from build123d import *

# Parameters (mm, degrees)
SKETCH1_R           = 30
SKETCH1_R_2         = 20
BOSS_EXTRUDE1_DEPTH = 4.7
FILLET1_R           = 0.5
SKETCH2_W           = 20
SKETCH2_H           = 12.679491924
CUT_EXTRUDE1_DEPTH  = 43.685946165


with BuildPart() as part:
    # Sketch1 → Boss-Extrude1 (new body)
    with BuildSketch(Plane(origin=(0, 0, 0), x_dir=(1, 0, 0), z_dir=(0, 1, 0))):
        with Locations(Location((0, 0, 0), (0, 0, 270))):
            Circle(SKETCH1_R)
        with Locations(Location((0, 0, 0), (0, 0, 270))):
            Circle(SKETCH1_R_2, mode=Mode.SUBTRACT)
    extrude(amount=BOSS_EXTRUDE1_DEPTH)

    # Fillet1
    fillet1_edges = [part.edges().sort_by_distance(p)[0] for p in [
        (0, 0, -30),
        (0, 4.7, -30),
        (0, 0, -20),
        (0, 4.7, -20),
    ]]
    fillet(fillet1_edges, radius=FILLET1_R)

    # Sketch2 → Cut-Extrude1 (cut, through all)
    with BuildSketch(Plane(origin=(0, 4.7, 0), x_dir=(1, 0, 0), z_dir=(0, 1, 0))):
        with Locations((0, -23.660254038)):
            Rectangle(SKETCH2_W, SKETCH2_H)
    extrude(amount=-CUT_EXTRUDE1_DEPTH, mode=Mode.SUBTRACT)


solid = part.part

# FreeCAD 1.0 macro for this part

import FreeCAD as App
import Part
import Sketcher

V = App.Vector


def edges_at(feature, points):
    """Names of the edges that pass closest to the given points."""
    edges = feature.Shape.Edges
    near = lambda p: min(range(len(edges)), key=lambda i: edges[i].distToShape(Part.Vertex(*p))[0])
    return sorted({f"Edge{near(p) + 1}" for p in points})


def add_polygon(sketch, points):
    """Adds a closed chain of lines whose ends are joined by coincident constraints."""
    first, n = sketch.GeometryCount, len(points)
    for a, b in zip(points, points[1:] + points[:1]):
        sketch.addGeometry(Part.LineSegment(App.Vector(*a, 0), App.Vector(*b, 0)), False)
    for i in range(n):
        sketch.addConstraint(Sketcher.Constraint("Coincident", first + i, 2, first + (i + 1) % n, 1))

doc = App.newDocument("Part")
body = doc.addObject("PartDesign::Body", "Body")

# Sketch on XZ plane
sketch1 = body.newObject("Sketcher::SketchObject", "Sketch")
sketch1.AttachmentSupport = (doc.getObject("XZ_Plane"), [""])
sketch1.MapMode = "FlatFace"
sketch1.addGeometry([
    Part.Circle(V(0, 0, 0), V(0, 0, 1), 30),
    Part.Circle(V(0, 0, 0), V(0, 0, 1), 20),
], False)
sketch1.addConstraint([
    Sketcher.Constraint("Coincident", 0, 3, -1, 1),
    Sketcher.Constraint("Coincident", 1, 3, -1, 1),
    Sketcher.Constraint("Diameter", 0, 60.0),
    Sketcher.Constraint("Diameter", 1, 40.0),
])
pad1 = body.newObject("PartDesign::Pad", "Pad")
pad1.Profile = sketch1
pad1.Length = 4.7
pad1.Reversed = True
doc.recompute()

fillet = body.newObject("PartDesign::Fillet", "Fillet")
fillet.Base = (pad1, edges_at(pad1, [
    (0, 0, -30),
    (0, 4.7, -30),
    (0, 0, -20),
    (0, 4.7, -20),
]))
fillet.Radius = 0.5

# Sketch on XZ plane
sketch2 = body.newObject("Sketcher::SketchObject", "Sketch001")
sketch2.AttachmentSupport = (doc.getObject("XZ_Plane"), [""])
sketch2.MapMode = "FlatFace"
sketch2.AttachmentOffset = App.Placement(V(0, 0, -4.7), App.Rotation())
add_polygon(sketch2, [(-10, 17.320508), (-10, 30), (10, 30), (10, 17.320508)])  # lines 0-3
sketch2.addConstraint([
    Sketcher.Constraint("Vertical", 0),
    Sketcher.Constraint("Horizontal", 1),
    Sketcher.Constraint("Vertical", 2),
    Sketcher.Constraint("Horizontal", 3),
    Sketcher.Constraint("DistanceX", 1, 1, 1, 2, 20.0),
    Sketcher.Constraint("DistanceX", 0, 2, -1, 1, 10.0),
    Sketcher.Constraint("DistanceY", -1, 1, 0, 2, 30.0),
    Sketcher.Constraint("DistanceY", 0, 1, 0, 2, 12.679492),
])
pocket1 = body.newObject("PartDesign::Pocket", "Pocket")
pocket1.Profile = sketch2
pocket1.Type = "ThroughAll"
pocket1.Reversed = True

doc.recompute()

——

* _What you will do_: Your task is to copy each line of the listing that holds the word "BuildSketch".

* _Answer box_:
    with BuildSketch(Plane(origin=(0, 0, 0), x_dir=(1, 0, 0), z_dir=(0, 1, 0))):
    with BuildSketch(Plane(origin=(0, 4.7, 0), x_dir=(1, 0, 0), z_dir=(0, 1, 0))):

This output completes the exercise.